▸ **PROBLEM REQUIREMENTS**: The entries below contain a line with "f 92 93 244" and a line with "f 266 248 165". Retype exactly everything from the first down to the second, both included, and nothing else.

BEGIN

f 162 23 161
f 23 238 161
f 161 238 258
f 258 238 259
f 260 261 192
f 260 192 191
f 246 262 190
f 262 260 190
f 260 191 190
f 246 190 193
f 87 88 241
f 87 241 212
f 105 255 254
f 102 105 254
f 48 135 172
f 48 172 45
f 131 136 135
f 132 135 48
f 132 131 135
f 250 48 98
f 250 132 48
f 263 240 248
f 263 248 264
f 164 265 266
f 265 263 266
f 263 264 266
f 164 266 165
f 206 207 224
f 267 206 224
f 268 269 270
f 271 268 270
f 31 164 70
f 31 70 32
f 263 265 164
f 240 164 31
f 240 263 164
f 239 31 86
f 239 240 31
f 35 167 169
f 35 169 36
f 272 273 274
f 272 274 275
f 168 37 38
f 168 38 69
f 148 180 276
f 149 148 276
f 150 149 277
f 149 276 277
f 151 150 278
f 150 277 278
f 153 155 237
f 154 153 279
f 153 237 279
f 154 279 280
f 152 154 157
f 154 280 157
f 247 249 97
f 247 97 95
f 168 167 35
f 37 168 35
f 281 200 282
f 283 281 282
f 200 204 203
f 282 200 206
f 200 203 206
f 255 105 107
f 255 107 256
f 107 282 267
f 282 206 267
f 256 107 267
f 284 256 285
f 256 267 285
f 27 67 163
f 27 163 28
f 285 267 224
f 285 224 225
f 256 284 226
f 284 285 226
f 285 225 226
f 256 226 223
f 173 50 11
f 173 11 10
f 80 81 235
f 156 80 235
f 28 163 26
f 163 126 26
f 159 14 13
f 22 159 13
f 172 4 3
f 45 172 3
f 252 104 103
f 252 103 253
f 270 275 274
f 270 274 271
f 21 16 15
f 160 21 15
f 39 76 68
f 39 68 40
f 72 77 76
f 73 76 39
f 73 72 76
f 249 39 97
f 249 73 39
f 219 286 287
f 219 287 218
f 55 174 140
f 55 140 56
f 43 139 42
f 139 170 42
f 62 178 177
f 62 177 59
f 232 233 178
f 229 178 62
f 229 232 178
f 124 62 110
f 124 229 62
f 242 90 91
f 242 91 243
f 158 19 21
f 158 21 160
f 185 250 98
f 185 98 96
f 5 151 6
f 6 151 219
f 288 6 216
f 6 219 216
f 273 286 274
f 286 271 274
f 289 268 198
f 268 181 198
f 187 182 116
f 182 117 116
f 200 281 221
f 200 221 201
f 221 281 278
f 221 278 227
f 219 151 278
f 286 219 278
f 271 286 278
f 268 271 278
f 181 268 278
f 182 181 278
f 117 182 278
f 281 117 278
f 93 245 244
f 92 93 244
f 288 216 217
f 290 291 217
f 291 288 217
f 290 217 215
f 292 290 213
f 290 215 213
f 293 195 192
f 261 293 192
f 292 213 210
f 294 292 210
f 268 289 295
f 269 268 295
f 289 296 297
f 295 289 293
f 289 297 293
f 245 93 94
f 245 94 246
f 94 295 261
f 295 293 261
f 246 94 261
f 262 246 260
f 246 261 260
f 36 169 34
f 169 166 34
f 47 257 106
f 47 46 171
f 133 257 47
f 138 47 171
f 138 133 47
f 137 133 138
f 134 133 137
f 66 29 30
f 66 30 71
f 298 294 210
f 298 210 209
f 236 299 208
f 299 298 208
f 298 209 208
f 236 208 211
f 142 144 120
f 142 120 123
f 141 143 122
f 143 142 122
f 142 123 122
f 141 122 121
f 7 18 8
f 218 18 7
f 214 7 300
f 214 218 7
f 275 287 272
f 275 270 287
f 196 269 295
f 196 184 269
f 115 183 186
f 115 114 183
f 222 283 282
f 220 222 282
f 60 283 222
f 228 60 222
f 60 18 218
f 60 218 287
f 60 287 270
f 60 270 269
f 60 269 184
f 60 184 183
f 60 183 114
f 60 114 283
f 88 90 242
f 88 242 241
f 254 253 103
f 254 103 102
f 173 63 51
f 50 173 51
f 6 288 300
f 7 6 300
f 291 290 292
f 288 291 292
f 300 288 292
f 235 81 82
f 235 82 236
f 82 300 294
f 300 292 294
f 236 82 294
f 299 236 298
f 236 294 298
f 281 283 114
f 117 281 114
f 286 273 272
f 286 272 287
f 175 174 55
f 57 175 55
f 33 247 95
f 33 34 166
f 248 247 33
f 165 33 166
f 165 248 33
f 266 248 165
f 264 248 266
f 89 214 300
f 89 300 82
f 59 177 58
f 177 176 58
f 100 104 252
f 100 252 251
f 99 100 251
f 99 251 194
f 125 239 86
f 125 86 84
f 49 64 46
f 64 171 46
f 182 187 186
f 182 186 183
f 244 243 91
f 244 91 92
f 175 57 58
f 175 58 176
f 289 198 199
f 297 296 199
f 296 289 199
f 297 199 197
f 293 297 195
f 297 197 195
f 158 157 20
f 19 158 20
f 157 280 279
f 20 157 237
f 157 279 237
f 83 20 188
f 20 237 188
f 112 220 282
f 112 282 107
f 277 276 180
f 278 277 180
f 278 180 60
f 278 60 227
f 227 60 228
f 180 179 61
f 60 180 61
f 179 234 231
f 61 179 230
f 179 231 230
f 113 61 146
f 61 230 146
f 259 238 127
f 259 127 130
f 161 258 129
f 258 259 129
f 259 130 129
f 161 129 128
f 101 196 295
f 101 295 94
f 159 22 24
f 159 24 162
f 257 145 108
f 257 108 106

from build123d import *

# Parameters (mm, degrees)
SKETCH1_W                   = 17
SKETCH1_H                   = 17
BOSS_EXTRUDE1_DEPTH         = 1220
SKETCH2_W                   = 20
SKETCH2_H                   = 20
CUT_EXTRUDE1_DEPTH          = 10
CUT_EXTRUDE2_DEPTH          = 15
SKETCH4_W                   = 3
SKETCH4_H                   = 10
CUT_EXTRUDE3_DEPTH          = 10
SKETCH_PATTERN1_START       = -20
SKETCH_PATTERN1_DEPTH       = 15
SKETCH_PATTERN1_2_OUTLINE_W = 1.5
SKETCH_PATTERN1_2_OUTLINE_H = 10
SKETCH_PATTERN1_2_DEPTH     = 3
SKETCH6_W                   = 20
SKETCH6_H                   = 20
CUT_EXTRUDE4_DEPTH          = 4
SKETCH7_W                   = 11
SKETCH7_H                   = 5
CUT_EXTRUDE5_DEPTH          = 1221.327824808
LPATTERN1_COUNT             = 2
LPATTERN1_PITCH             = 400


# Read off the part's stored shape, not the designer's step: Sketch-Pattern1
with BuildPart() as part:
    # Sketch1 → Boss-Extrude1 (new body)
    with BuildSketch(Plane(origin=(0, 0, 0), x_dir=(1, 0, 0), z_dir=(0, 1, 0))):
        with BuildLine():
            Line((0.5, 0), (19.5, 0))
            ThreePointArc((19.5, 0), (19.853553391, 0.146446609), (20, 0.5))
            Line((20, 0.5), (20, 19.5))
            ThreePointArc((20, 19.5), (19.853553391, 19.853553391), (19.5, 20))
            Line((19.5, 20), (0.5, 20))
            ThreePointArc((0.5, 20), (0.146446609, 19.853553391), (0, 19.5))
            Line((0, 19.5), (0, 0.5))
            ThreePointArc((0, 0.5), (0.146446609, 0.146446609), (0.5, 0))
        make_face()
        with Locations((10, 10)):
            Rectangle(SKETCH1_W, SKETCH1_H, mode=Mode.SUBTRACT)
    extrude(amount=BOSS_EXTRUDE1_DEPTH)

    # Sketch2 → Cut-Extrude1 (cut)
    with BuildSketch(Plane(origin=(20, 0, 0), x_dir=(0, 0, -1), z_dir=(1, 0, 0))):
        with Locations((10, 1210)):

END

▸ **RESULT**:
f 92 93 244
f 288 216 217
f 290 291 217
f 291 288 217
f 290 217 215
f 292 290 213
f 290 215 213
f 293 195 192
f 261 293 192
f 292 213 210
f 294 292 210
f 268 289 295
f 269 268 295
f 289 296 297
f 295 289 293
f 289 297 293
f 245 93 94
f 245 94 246
f 94 295 261
f 295 293 261
f 246 94 261
f 262 246 260
f 246 261 260
f 36 169 34
f 169 166 34
f 47 257 106
f 47 46 171
f 133 257 47
f 138 47 171
f 138 133 47
f 137 133 138
f 134 133 137
f 66 29 30
f 66 30 71
f 298 294 210
f 298 210 209
f 236 299 208
f 299 298 208
f 298 209 208
f 236 208 211
f 142 144 120
f 142 120 123
f 141 143 122
f 143 142 122
f 142 123 122
f 141 122 121
f 7 18 8
f 218 18 7
f 214 7 300
f 214 218 7
f 275 287 272
f 275 270 287
f 196 269 295
f 196 184 269
f 115 183 186
f 115 114 183
f 222 283 282
f 220 222 282
f 60 283 222
f 228 60 222
f 60 18 218
f 60 218 287
f 60 287 270
f 60 270 269
f 60 269 184
f 60 184 183
f 60 183 114
f 60 114 283
f 88 90 242
f 88 242 241
f 254 253 103
f 254 103 102
f 173 63 51
f 50 173 51
f 6 288 300
f 7 6 300
f 291 290 292
f 288 291 292
f 300 288 292
f 235 81 82
f 235 82 236
f 82 300 294
f 300 292 294
f 236 82 294
f 299 236 298
f 236 294 298
f 281 283 114
f 117 281 114
f 286 273 272
f 286 272 287
f 175 174 55
f 57 175 55
f 33 247 95
f 33 34 166
f 248 247 33
f 165 33 166
f 165 248 33
f 266 248 165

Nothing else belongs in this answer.